Nous avons quitté Amiens, direction Lille, avec en chemin, quelques belles découvertes.
Un. Deux. Dix. Les trous dans l’imposant ensemble se multiplient au fur et à mesure de nos pas. L’effet du temps ? Non. Un problème à la construction ? Toujours pas. La cathédrale et l’abbaye de Saint-Vaast portent les stigmates de la Seconde Guerre mondiale.

C’est dans ces édifices que les soldats britanniques avaient élu domicile pour défendre Arras lors de l’avancée des forces allemandes. Les traces de leur passage ne sont plus. Celles des combats, elles, persistent.
La cathédrale pourrait être élevée au rang de martyre tant elle a souffert. Inaugurée en 1833, elle sera entièrement détruite lors de la guerre 14-18. Comme 80% de la ville d’Arras. Elle est ensuite reconstruite sous la direction d’un homme. Pierre Paquet.
D’Arras au Mont Saint-Michel
« Nous avons perdu un des plus éminents de nos confrères », écrivait Marcel Aubert, historien de l’art, à propos de Pierre Paquet. Né dans la creuse en 1875, il se dirige rapidement vers l’architecture. En 1901, il est reçu au concours des architectes diocésains. Il s’occupe respectivement des diocèses de Cambrai, Blois, puis Bordeaux. Avant de devenir, en 1905, architecte en chef des monuments historiques.

Au lendemain de la Première Guerre mondiale et en application de la loi de 1919 sur les dommages de guerre, Pierre Paquet dirige avec l’architecte Paul Decaux la reconstruction d’Arras.
L’Hôtel de ville, son magnifique beffroi, l’ensemble des maisons entourant les deux places majeures, l’abbaye Saint-Vaast et la cathédrale, sont reconstruits. Une oeuvre respectueuse du modèle d’origine qui s’achève en 1934 en restituant la parure monumentale d’Arras.


La réussite de cette entreprise lui vaut ensuite d’obtenir la restauration de la Sainte-Chapelle de Paris, ou encore de l’hôtel de Cluny. En 1923, il obtient la prestigieuse charge de la restauration du Mont Saint-Michel.
Terre de Beffrois
Il est temps de reprendre la route. L’horizon est morcelé de montagnes noires, imageant le passé minier de la région. Nous voilà à Douai pour le déjeuner. Le soleil illumine le parc Charles Bertin. Au loin, notre regard est attiré par une tour, un autre beffroi.
23. Ils sont 23 beffrois des Hauts-de-France à être inscrits sur la liste du patrimoine mondial de l’Unesco depuis 2005. Celui de Douai est l’un d’eux, et on comprend vite pourquoi.

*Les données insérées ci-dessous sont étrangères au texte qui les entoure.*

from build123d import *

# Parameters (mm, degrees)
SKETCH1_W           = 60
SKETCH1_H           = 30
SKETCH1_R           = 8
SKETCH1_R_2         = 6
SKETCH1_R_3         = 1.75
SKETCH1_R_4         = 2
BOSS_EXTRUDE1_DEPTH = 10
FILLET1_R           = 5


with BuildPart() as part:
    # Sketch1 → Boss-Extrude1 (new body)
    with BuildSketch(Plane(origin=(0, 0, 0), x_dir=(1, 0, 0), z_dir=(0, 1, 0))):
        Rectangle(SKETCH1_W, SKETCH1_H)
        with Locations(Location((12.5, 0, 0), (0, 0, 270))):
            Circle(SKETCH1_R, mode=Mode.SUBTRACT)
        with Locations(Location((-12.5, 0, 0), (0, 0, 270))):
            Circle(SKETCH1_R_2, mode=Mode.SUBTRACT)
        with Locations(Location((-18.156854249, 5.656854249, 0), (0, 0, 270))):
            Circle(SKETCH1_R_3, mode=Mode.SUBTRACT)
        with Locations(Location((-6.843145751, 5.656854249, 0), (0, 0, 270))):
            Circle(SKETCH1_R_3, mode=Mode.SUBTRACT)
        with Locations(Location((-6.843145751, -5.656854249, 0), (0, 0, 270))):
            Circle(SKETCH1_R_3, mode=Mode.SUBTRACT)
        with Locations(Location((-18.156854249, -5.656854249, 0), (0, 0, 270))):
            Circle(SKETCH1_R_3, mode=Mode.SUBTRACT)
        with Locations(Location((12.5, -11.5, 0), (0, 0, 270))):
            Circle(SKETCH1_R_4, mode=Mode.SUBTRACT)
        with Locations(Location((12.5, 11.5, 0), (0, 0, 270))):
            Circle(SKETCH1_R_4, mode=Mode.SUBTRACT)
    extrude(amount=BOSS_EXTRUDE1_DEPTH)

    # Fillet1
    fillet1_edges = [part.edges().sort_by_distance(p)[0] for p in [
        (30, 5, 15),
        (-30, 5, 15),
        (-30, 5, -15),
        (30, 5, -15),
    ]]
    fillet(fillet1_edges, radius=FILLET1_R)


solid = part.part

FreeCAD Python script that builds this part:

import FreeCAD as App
import Part
import Sketcher


def edges_at(feature, points):
    """Names of the edges that pass closest to the given points."""
    edges = feature.Shape.Edges
    near = lambda p: min(range(len(edges)), key=lambda i: edges[i].distToShape(Part.Vertex(*p))[0])
    return sorted({f"Edge{near(p) + 1}" for p in points})

doc = App.newDocument("Part")
body = doc.addObject("PartDesign::Body", "Body")

# Sketch on XZ plane
sketch1 = doc.addObject("Sketcher::SketchObject", "Sketch")
body.addObject(sketch1)
sketch1.AttachmentSupport = (doc.XZ_Plane, [""])
sketch1.MapMode = "FlatFace"
sketch1.addGeometry([
    Part.LineSegment(App.Vector(-30, -15, 0), App.Vector(-30, 15, 0)),  # 0
    Part.LineSegment(App.Vector(-30, 15, 0), App.Vector(30, 15, 0)),  # 1
    Part.LineSegment(App.Vector(30, 15, 0), App.Vector(30, -15, 0)),  # 2
    Part.LineSegment(App.Vector(30, -15, 0), App.Vector(-30, -15, 0)),  # 3
    Part.Circle(App.Vector(-18.2, 5.7, 0), App.Vector(0, 0, 1), 1.8),  # 4
    Part.Circle(App.Vector(-6.8, 5.7, 0), App.Vector(0, 0, 1), 1.8),  # 5
    Part.Circle(App.Vector(12.5, 11.5, 0), App.Vector(0, 0, 1), 2),  # 6
    Part.Circle(App.Vector(-12.5, 0, 0), App.Vector(0, 0, 1), 6),  # 7
    Part.Circle(App.Vector(-18.2, -5.7, 0), App.Vector(0, 0, 1), 1.8),  # 8
    Part.Circle(App.Vector(-6.8, -5.7, 0), App.Vector(0, 0, 1), 1.8),  # 9
    Part.Circle(App.Vector(12.5, 0, 0), App.Vector(0, 0, 1), 8),  # 10
    Part.Circle(App.Vector(12.5, -11.5, 0), App.Vector(0, 0, 1), 2),  # 11
], False)
sketch1.addConstraint([
    Sketcher.Constraint("Coincident", 0, 2, 1, 1),
    Sketcher.Constraint("Coincident", 1, 2, 2, 1),
    Sketcher.Constraint("Coincident", 2, 2, 3, 1),
    Sketcher.Constraint("Coincident", 3, 2, 0, 1),
    Sketcher.Constraint("Vertical", 0),
    Sketcher.Constraint("Horizontal", 1),
    Sketcher.Constraint("Vertical", 2),
    Sketcher.Constraint("Horizontal", 3),
    Sketcher.Constraint("Equal", 4, 5),
    Sketcher.Constraint("Equal", 5, 8),
    Sketcher.Constraint("Equal", 8, 9),
    Sketcher.Constraint("Equal", 6, 11),
    Sketcher.Constraint("Symmetric", 7, 3, 10, 3, -1, 1),
    Sketcher.Constraint("Symmetric", 0, 2, 2, 2, -1, 1),
    Sketcher.Constraint("Symmetric", 4, 3, 8, 3, -1),
    Sketcher.Constraint("Symmetric", 5, 3, 9, 3, -1),
    Sketcher.Constraint("Symmetric", 6, 3, 11, 3, -1),
    Sketcher.Constraint("PointOnObject", 7, 3, -1),
    Sketcher.Constraint("Horizontal", 4, 3, 5, 3),
    Sketcher.Constraint("Vertical", 6, 3, 10, 3),
    Sketcher.Constraint("Diameter", 6, 4.0),
    Sketcher.Constraint("Diameter", 7, 12.0),
    Sketcher.Constraint("Diameter", 10, 16.0),
    Sketcher.Constraint("Diameter", 4, 3.5),
    Sketcher.Constraint("DistanceX", 1, 1, 1, 2, 60.0),
    Sketcher.Constraint("DistanceY", 0, 1, 0, 2, 30.0),
    Sketcher.Constraint("DistanceX", 7, 3, 6, 3, 25.0),
    Sketcher.Constraint("DistanceY", 11, 3, 6, 3, 23.0),
    Sketcher.Constraint("DistanceX", 4, 3, 5, 3, 11.313708),
    Sketcher.Constraint("DistanceY", 8, 3, 4, 3, 11.313708),
    Sketcher.Constraint("DistanceX", 4, 3, -1, 1, 18.156854),
])
pad1 = doc.addObject("PartDesign::Pad", "Pad")
body.addObject(pad1)
pad1.Profile = sketch1
pad1.Length = 10
pad1.Reversed = True
doc.recompute()

fillet = doc.addObject("PartDesign::Fillet", "Fillet")
body.addObject(fillet)
fillet.Base = (pad1, edges_at(pad1, [
    (30, 5, 15),
    (-30, 5, 15),
    (-30, 5, -15),
    (30, 5, -15),
]))
fillet.Radius = 5

doc.recompute()
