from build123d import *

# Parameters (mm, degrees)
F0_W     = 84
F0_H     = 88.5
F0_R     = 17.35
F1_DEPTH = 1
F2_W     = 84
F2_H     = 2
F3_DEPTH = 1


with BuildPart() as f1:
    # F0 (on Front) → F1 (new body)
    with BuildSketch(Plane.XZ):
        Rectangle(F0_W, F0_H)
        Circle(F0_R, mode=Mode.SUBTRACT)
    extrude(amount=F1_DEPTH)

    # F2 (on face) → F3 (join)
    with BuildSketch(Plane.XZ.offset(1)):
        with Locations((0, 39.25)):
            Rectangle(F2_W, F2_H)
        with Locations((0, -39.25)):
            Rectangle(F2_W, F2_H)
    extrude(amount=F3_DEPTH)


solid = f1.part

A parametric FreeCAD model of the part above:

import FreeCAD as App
import Part
import Sketcher
from FreeCAD import Vector

doc = App.newDocument("Part")
body = doc.addObject("PartDesign::Body", "Body")

sketch1 = body.newObject("Sketcher::SketchObject", "Sketch")
sketch1.AttachmentSupport = (doc.getObject("XZ_Plane"), [""])
sketch1.MapMode = "FlatFace"
sketch1.addGeometry([
    Part.LineSegment(Vector(-42, 44, 0), Vector(-42, -44, 0)),
    Part.LineSegment(Vector(-42, -44, 0), Vector(42, -44, 0)),
    Part.LineSegment(Vector(42, -44, 0), Vector(42, 44, 0)),
    Part.LineSegment(Vector(42, 44, 0), Vector(-42, 44, 0)),
    Part.Circle(Vector(0, 0, 0), Vector(0, 0, 1), 17),
], False)
sketch1.addConstraint([
    Sketcher.Constraint("Coincident", 0, 2, 1, 1),
    Sketcher.Constraint("Coincident", 1, 2, 2, 1),
    Sketcher.Constraint("Coincident", 2, 2, 3, 1),
    Sketcher.Constraint("Coincident", 3, 2, 0, 1),
    Sketcher.Constraint("Vertical", 0),
    Sketcher.Constraint("Horizontal", 1),
    Sketcher.Constraint("Vertical", 2),
    Sketcher.Constraint("Horizontal", 3),
    Sketcher.Constraint("Coincident", 4, 3, -1, 1),
    Sketcher.Constraint("Symmetric", 0, 2, 2, 2, -1, 1),
    Sketcher.Constraint("Diameter", 4, 34.7),
    Sketcher.Constraint("DistanceX", 1, 1, 1, 2, 84.0),
    Sketcher.Constraint("DistanceY", 0, 2, 0, 1, 88.5),
])
pad1 = body.newObject("PartDesign::Pad", "Pad")
pad1.Profile = sketch1
pad1.Length = 1

sketch2 = body.newObject("Sketcher::SketchObject", "Sketch001")
sketch2.AttachmentSupport = (doc.getObject("XZ_Plane"), [""])
sketch2.MapMode = "FlatFace"
sketch2.AttachmentOffset = App.Placement(Vector(0, 0, 1), App.Rotation())
sketch2.addGeometry([
    Part.LineSegment(Vector(-42, 40.2, 0), Vector(-42, 38.2, 0)),
    Part.LineSegment(Vector(-42, 38.2, 0), Vector(42, 38.2, 0)),
    Part.LineSegment(Vector(42, 38.2, 0), Vector(42, 40.2, 0)),
    Part.LineSegment(Vector(42, 40.2, 0), Vector(-42, 40.2, 0)),
    Part.LineSegment(Vector(-42, -38.2, 0), Vector(-42, -40.2, 0)),
    Part.LineSegment(Vector(-42, -40.2, 0), Vector(42, -40.2, 0)),
    Part.LineSegment(Vector(42, -40.2, 0), Vector(42, -38.2, 0)),
    Part.LineSegment(Vector(42, -38.2, 0), Vector(-42, -38.2, 0)),
], False)
sketch2.addConstraint([
    Sketcher.Constraint("Coincident", 0, 2, 1, 1),
    Sketcher.Constraint("Coincident", 1, 2, 2, 1),
    Sketcher.Constraint("Coincident", 2, 2, 3, 1),
    Sketcher.Constraint("Coincident", 3, 2, 0, 1),
    Sketcher.Constraint("Coincident", 4, 2, 5, 1),
    Sketcher.Constraint("Coincident", 5, 2, 6, 1),
    Sketcher.Constraint("Coincident", 6, 2, 7, 1),
    Sketcher.Constraint("Coincident", 7, 2, 4, 1),
    Sketcher.Constraint("Vertical", 0),
    Sketcher.Constraint("Horizontal", 1),
    Sketcher.Constraint("Vertical", 2),
    Sketcher.Constraint("Horizontal", 3),
    Sketcher.Constraint("Vertical", 4),
    Sketcher.Constraint("Horizontal", 5),
    Sketcher.Constraint("Vertical", 6),
    Sketcher.Constraint("Horizontal", 7),
    Sketcher.Constraint("Symmetric", 2, 2, 4, 2, -1, 1),
    Sketcher.Constraint("Symmetric", 0, 2, 6, 2, -1, 1),
    Sketcher.Constraint("Vertical", 3, 2, 4, 2),
    Sketcher.Constraint("DistanceX", 1, 1, 1, 2, 84.0),
    Sketcher.Constraint("DistanceY", 0, 2, 0, 1, 2.0),
    Sketcher.Constraint("DistanceY", 4, 2, 0, 2, 78.5),
])
pad2 = body.newObject("PartDesign::Pad", "Pad001")
pad2.Profile = sketch2
pad2.Length = 1

doc.recompute()
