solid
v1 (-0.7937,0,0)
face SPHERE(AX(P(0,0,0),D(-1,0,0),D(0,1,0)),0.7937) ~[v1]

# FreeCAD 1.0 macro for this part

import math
import FreeCAD as App
import Part
import Sketcher

V = App.Vector
Q = App.Units.Quantity

doc = App.newDocument("Part")
body = doc.addObject("PartDesign::Body", "Body")

# Sketch on XY plane
sketch1 = doc.addObject("Sketcher::SketchObject", "Sketch")
body.addObject(sketch1)
sketch1.AttachmentSupport = (doc.XY_Plane, [""])
sketch1.MapMode = "FlatFace"
sketch1.addGeometry([
    Part.LineSegment(V(-0.8, 0, 0), V(0.8, 0, 0)),
    Part.ArcOfCircle(Part.Circle(V(0, 0, 0), V(0, 0, 1), 0.8), math.radians(0), math.radians(180)),
], False)
sketch1.addConstraint([
    Sketcher.Constraint("Coincident", 0, 1, 1, 2),
    Sketcher.Constraint("Coincident", 1, 1, 0, 2),
    Sketcher.Constraint("Horizontal", 0),
    Sketcher.Constraint("Coincident", 1, 3, -1, 1),
    Sketcher.Constraint("PointOnObject", 0, 1, -1),
    Sketcher.Constraint("Radius", 1, Q("0.031248 in")),
])
revolution = doc.addObject("PartDesign::Revolution", "Revolution")
body.addObject(revolution)
revolution.Profile = sketch1
revolution.ReferenceAxis = (sketch1, ["H_Axis"])
revolution.Angle = 360

doc.recompute()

La tour abrite en son sein, un carillon qui fut enfin complété en 1974. Il comporte maintenant 62 cloches s’étendant sur cinq octaves, rien que ça. De passage à Douai en 1837, Victor Hugo le dessinera.
Il lui fera aussi dire : « Il y a là le plus joli beffroi que j’aie encore vu. Figure-toi une tour gothique coiffée d’un toit d’ardoise, qui se compose d’une multitude de petites fenêtres coniques superposées ; sur chaque fenêtre une girouette, aux quatre coins, une tourelle ; sur la pointe du beffroi, un lion qui tourne avec un drapeau entre les pattes ; et de tout cet ensemble si amusant, si fou, si vivant, il sort un carillon. Dans chaque petite lucarne, on voit se démener une petite cloche qui fait rage comme une langue dans une gueule. »
On n’osera rien y ajouter. Nous voilà à Lille. Avec nos guiboles, notre tête pleine d’histoires et nos pas. Qui nous mèneront, d’après mon petit doigt, encore vers un autre beffroi.